*** Opening of PROVIDED DATA ***

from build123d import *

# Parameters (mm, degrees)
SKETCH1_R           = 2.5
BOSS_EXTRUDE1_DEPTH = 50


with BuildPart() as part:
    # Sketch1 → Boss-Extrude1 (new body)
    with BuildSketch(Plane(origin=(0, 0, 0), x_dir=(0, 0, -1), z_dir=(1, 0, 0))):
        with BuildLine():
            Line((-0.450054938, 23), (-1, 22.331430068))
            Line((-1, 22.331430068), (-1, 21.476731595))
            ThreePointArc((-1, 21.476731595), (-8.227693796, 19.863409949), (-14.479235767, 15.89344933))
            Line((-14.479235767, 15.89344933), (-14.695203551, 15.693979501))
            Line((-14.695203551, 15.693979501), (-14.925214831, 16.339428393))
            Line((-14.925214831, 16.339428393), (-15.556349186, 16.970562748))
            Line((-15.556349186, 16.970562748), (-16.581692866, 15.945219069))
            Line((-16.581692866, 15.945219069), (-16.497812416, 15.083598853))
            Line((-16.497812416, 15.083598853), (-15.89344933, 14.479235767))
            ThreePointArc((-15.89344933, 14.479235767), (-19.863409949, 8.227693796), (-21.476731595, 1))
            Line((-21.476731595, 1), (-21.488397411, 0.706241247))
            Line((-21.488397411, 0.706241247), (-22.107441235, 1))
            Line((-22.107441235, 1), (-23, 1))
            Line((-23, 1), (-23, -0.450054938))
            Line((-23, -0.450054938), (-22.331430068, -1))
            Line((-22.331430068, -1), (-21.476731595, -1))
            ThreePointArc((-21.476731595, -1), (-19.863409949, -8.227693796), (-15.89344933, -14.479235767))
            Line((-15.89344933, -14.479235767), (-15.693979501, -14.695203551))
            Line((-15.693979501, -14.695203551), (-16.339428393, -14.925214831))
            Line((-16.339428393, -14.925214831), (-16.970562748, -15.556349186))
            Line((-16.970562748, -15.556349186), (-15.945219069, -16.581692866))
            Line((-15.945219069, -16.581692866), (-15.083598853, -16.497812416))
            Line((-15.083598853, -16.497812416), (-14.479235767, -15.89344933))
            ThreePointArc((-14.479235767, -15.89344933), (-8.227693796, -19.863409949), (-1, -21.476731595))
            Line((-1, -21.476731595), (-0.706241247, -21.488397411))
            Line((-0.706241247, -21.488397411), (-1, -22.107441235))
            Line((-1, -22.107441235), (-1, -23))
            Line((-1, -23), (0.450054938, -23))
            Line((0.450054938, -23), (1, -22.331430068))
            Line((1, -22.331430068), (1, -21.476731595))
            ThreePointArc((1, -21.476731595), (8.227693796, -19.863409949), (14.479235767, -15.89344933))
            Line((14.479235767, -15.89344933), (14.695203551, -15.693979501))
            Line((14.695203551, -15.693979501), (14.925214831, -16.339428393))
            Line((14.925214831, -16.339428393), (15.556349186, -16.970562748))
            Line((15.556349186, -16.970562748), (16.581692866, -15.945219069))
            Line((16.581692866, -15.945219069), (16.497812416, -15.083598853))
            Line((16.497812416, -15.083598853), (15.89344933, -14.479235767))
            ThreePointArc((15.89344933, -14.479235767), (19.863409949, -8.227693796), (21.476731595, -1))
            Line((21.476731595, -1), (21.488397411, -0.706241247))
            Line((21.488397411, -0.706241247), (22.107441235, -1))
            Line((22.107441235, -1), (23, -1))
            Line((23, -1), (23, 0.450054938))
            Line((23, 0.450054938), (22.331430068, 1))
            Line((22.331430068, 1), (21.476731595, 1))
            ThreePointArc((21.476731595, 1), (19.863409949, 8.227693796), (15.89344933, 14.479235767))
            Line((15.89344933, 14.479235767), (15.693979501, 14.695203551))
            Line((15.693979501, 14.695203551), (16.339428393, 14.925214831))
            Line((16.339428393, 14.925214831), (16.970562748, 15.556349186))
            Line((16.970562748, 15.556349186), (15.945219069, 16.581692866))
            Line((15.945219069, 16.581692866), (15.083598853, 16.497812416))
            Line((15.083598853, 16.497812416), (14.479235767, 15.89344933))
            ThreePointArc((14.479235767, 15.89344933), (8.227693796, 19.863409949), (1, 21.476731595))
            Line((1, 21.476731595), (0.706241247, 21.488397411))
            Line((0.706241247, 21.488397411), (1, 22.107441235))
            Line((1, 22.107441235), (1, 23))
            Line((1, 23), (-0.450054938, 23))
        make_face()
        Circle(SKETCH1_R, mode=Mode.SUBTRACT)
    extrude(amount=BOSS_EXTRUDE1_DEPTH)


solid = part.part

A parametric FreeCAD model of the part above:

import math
import FreeCAD as App
import Part
import Sketcher

V = App.Vector
Q = App.Units.Quantity

doc = App.newDocument("Part")
body = doc.addObject("PartDesign::Body", "Body")

sketch1 = body.newObject("Sketcher::SketchObject", "Sketch")
sketch1.AttachmentSupport = (doc.getObject("YZ_Plane"), [""])
sketch1.MapMode = "FlatFace"
sketch1.addGeometry([
    Part.LineSegment(V(23, 0.450055, 0), V(22.33143, 1, 0)),
    Part.LineSegment(V(22.33143, 1, 0), V(21.476732, 1, 0)),
    Part.ArcOfCircle(Part.Circle(V(0, 0, 0), V(0, 0, 1), 21.5), math.radians(2.665882), math.radians(42.334118)),
    Part.LineSegment(V(15.893449, 14.479236, 0), V(15.69398, 14.695204, 0)),
    Part.LineSegment(V(15.69398, 14.695204, 0), V(16.339428, 14.925215, 0)),
    Part.LineSegment(V(16.339428, 14.925215, 0), V(16.970563, 15.556349, 0)),
    Part.LineSegment(V(16.970563, 15.556349, 0), V(15.945219, 16.581693, 0)),
    Part.LineSegment(V(15.945219, 16.581693, 0), V(15.083599, 16.497812, 0)),
    Part.LineSegment(V(15.083599, 16.497812, 0), V(14.479236, 15.893449, 0)),
    Part.ArcOfCircle(Part.Circle(V(0, 0, 0), V(0, 0, 1), 21.5), math.radians(47.665882), math.radians(87.334118)),
    Part.LineSegment(V(1, 21.476732, 0), V(0.706241, 21.488397, 0)),
    Part.LineSegment(V(0.706241, 21.488397, 0), V(1, 22.107441, 0)),
    Part.LineSegment(V(1, 22.107441, 0), V(1, 23, 0)),
    Part.LineSegment(V(1, 23, 0), V(-0.450055, 23, 0)),
    Part.LineSegment(V(-0.450055, 23, 0), V(-1, 22.33143, 0)),
    Part.LineSegment(V(-1, 22.33143, 0), V(-1, 21.476732, 0)),
    Part.ArcOfCircle(Part.Circle(V(0, 0, 0), V(0, 0, 1), 21.5), math.radians(92.665882), math.radians(132.334118)),
    Part.LineSegment(V(-14.479236, 15.893449, 0), V(-14.695204, 15.69398, 0)),
    Part.LineSegment(V(-14.695204, 15.69398, 0), V(-14.925215, 16.339428, 0)),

*** Close of PROVIDED DATA ***

## PROBLEM DETAILS
An exact copy of the lines above, from the one containing "-8.227693796), (21.476731595, -1))" down to the one containing "Line((22.107441235, -1), (23, -1))" and including both, is the whole answer; retype it and nothing else.

## ANSWER BOX
            ThreePointArc((15.89344933, -14.479235767), (19.863409949, -8.227693796), (21.476731595, -1))
            Line((21.476731595, -1), (21.488397411, -0.706241247))
            Line((21.488397411, -0.706241247), (22.107441235, -1))
            Line((22.107441235, -1), (23, -1))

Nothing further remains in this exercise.